Brustkrebs: Ist eine Hormontherapie besser als eine Chemotherapie?

Das kann man so nicht sagen. Beide Therapieverfahren haben ihren Stellenwert bei der Behandlung von Brustkrebs und sollten nicht gegeneinander ausgespielt werden. Was für die einzelne Betroffene das richtige ist, muss individuell entschieden werden.

Hormon- und Chemotherapie zählen zu den sogenannten systemischen Therapieverfahren bei Krebserkrankungen. Das bedeutet, sie wirken im Gegensatz zu einer Operation oder Strahlentherapie auf den gesamten Körper, indem sie als Tabletten oder Infusion eingenommen und im Blutkreislauf verteilt werden.

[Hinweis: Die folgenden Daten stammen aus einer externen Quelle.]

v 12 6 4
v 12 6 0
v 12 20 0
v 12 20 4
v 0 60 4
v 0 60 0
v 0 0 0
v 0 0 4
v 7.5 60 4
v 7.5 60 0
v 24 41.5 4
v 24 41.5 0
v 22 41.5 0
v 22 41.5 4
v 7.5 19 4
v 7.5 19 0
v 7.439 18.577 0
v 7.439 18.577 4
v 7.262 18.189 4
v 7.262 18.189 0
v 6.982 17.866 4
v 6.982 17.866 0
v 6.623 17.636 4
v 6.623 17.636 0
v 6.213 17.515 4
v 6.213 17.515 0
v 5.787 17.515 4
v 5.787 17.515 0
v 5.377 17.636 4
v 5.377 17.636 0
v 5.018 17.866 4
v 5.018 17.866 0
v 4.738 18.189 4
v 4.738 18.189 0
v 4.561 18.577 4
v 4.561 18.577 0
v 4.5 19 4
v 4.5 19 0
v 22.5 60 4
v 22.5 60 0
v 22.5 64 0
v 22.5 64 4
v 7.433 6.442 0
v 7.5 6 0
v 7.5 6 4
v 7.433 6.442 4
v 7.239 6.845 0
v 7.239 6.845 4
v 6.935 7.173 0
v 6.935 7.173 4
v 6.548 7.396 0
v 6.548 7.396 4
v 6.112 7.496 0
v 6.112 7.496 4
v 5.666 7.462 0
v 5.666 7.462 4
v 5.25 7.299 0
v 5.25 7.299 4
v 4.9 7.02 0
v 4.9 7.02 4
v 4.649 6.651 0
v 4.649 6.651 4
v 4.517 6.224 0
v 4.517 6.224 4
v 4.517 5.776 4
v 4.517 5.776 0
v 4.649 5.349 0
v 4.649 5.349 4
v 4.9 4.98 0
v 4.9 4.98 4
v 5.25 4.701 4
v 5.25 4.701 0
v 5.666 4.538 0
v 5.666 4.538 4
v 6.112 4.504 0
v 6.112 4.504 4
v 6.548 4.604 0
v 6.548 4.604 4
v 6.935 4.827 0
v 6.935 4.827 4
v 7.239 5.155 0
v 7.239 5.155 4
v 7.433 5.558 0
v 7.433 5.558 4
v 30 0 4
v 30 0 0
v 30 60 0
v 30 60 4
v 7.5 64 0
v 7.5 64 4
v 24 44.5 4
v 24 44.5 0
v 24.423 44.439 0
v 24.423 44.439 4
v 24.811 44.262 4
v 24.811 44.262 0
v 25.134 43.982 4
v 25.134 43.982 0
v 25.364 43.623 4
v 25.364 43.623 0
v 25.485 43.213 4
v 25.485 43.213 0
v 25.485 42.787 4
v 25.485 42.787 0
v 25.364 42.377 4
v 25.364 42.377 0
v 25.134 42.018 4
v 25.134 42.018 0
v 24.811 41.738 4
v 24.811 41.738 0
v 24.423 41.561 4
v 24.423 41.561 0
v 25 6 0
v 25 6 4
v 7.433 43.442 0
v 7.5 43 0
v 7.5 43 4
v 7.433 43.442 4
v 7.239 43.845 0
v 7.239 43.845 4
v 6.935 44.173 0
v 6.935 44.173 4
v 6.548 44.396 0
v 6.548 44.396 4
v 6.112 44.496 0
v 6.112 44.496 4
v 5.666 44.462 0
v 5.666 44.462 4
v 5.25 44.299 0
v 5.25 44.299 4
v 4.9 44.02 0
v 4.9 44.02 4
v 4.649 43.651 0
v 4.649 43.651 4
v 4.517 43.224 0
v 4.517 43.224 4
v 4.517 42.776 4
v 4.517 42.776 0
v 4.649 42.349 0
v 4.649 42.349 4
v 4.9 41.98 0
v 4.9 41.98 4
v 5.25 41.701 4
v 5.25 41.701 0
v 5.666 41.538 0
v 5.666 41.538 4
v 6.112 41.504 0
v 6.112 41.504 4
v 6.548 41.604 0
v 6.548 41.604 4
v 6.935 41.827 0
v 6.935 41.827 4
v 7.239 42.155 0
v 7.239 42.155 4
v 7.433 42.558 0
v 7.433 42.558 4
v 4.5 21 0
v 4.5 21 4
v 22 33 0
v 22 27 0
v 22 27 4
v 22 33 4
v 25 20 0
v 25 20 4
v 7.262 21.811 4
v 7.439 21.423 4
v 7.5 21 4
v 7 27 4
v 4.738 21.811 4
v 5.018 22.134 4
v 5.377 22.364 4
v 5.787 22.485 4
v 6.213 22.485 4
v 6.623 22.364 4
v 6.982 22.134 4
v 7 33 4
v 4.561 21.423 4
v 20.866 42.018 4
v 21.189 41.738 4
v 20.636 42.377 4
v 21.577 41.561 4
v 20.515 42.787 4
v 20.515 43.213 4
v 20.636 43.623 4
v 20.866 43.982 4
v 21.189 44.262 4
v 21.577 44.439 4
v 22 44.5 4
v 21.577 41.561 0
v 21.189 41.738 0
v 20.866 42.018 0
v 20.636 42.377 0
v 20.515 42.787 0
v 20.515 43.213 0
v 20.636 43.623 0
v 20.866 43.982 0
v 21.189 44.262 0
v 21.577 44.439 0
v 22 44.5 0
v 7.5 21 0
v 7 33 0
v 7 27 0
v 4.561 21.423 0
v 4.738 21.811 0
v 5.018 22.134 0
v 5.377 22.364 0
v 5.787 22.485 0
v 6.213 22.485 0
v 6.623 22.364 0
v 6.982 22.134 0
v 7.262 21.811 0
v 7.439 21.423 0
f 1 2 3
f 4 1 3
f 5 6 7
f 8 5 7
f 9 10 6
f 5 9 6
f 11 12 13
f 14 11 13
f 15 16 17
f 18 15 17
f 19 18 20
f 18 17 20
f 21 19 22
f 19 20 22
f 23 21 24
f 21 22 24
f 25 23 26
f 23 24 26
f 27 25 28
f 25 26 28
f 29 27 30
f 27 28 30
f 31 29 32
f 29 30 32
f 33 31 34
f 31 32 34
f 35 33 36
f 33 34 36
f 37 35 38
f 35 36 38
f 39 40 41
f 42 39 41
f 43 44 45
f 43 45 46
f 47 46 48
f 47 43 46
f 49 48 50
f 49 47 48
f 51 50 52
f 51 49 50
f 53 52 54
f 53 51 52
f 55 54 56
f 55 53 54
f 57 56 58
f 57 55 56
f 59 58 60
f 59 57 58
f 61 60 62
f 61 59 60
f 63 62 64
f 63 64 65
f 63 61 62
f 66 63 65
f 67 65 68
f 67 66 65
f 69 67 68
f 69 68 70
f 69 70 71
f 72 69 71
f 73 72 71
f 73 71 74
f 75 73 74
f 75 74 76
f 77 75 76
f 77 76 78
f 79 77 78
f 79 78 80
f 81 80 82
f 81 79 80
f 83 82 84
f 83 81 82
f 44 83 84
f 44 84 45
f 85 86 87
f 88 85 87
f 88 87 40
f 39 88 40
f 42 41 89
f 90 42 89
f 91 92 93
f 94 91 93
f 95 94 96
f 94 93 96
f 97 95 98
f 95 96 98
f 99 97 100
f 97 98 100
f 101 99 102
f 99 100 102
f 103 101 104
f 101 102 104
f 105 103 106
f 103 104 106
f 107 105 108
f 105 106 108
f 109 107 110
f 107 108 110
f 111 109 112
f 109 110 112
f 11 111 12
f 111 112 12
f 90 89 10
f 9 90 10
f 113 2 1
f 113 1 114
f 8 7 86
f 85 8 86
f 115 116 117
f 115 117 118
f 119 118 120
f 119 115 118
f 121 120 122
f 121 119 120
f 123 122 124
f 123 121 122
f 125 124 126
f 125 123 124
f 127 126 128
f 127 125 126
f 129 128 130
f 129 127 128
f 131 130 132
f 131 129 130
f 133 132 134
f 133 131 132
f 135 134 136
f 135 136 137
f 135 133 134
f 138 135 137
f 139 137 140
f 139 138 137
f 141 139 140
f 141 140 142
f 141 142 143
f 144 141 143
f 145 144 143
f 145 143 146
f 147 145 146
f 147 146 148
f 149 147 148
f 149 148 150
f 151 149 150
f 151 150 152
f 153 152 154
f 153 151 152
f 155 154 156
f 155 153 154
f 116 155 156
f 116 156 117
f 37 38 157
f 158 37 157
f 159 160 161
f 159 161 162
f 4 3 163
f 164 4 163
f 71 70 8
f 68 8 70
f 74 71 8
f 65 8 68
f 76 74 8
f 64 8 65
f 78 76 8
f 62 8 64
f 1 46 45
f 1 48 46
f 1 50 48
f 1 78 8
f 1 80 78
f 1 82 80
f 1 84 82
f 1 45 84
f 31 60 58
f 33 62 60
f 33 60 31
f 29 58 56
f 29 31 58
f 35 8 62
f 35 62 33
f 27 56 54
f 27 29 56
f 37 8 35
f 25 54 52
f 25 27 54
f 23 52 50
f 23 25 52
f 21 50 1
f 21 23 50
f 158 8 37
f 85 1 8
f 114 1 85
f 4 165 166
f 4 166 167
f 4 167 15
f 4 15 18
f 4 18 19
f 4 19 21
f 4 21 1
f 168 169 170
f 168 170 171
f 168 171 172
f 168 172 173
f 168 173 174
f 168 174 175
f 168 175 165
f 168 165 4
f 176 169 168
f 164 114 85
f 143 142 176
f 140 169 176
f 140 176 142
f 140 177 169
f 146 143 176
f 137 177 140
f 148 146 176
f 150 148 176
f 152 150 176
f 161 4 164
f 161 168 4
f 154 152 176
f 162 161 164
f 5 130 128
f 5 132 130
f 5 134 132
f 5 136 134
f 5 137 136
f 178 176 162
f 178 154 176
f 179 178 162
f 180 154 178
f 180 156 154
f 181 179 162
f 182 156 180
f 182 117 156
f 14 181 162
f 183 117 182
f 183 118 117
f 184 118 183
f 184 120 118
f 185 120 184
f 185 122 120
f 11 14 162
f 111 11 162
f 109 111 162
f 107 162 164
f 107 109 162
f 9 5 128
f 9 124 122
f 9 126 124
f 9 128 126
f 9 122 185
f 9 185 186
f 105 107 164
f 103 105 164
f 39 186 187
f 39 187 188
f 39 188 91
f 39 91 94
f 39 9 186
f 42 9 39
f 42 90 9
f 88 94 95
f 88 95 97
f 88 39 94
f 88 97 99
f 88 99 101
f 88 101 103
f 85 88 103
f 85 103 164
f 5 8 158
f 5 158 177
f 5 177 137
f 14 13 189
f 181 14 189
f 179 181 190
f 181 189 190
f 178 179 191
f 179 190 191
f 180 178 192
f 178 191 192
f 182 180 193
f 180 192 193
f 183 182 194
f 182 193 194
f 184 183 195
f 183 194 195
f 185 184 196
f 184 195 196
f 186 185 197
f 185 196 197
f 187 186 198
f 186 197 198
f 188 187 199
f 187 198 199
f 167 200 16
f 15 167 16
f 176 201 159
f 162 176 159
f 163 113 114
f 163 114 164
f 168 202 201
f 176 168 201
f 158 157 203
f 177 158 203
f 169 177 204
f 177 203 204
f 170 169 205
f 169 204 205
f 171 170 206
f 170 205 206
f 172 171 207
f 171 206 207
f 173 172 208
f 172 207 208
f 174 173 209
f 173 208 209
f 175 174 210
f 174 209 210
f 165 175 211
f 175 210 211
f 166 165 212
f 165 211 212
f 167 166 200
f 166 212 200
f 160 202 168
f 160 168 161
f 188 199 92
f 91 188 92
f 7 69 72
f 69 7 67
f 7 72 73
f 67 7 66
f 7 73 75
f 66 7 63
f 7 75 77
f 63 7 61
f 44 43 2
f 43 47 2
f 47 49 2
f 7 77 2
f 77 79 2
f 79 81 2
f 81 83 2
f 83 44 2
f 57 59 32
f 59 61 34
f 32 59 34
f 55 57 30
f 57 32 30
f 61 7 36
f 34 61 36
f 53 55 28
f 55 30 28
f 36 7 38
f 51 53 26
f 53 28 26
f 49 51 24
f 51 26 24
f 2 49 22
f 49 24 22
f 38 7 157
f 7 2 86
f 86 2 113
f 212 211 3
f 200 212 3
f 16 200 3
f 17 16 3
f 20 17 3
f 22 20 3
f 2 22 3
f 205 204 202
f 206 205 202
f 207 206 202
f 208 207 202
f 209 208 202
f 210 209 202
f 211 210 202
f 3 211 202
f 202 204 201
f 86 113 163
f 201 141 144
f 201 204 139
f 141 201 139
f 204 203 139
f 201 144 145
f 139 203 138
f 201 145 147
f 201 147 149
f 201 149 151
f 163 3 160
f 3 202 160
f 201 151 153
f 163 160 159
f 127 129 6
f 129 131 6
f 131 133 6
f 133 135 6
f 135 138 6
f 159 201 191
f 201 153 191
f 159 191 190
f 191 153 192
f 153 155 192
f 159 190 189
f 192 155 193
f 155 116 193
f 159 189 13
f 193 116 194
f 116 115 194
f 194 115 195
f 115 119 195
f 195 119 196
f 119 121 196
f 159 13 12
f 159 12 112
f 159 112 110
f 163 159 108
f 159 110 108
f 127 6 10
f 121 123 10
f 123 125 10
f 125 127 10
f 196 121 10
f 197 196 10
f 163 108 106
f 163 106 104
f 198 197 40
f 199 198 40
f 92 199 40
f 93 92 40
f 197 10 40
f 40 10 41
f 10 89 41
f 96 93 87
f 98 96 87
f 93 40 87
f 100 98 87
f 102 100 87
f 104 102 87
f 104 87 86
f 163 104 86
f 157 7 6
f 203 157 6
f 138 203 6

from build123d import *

# Parameters (mm, degrees)
SKETCH1_R           = 1.5
SKETCH1_W           = 13
SKETCH1_H           = 14
SKETCH1_W_2         = 15
SKETCH1_H_2         = 6
BOSS_EXTRUDE1_DEPTH = 4


with BuildPart() as part:
    # Sketch1 → Boss-Extrude1 (new body)
    with BuildSketch(Plane.XY):
        Polygon((0, 0), (30, 0), (30, 60), (22.5, 60), (22.5, 64), (7.5, 64), (7.5, 60), (0, 60), align=None)
        with Locations((6, 6)):
            Circle(SKETCH1_R, mode=Mode.SUBTRACT)
        with Locations((6, 43)):
            Circle(SKETCH1_R, mode=Mode.SUBTRACT)
        with Locations((18.5, 13)):
            Rectangle(SKETCH1_W, SKETCH1_H, mode=Mode.SUBTRACT)
        with Locations((14.5, 30)):
            Rectangle(SKETCH1_W_2, SKETCH1_H_2, mode=Mode.SUBTRACT)
        with BuildLine():
            Line((7.5, 21), (7.5, 19))
            ThreePointArc((7.5, 19), (6, 17.5), (4.5, 19))
            Line((4.5, 19), (4.5, 21))
            ThreePointArc((4.5, 21), (6, 22.5), (7.5, 21))
        make_face(mode=Mode.SUBTRACT)
        with BuildLine():
            Line((22, 44.5), (24, 44.5))
            ThreePointArc((24, 44.5), (25.5, 43), (24, 41.5))
            Line((24, 41.5), (22, 41.5))
            ThreePointArc((22, 41.5), (20.5, 43), (22, 44.5))
        make_face(mode=Mode.SUBTRACT)
    extrude(amount=BOSS_EXTRUDE1_DEPTH)


solid = part.part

Systemische Behandlung verbessert die Prognose

Das war es dann aber auch schon mit den Gemeinsamkeiten. Ansonsten sind es zwei völlig verschiedene Ansätze, die in jeweils unterschiedlichen Situationen und manchmal auch beide zum Einsatz kommen.

In der Regel folgt eine systemische Behandlung bei Brustkrebs als sogenannte adjuvante Therapie auf die Operation mit eventuell angeschlossener Strahlentherapie. Bei der Auswahl des geeigneten Verfahrens spielt die individuelle Risikoeinstufung eine wichtige Rolle. Sie richtet sich nach Stadium, Größe und Ausdehnung des Tumors, nach seinen biologischen Eigenschaften sowie nach dem Alter und der hormonellen Situation der Betroffenen.

Mit einer adjuvanten Behandlung soll verhindert werden, dass der Krebs erneut ausbricht. Auch die generellen Aussichten und das Gesamtüberleben sollen verbessert werden.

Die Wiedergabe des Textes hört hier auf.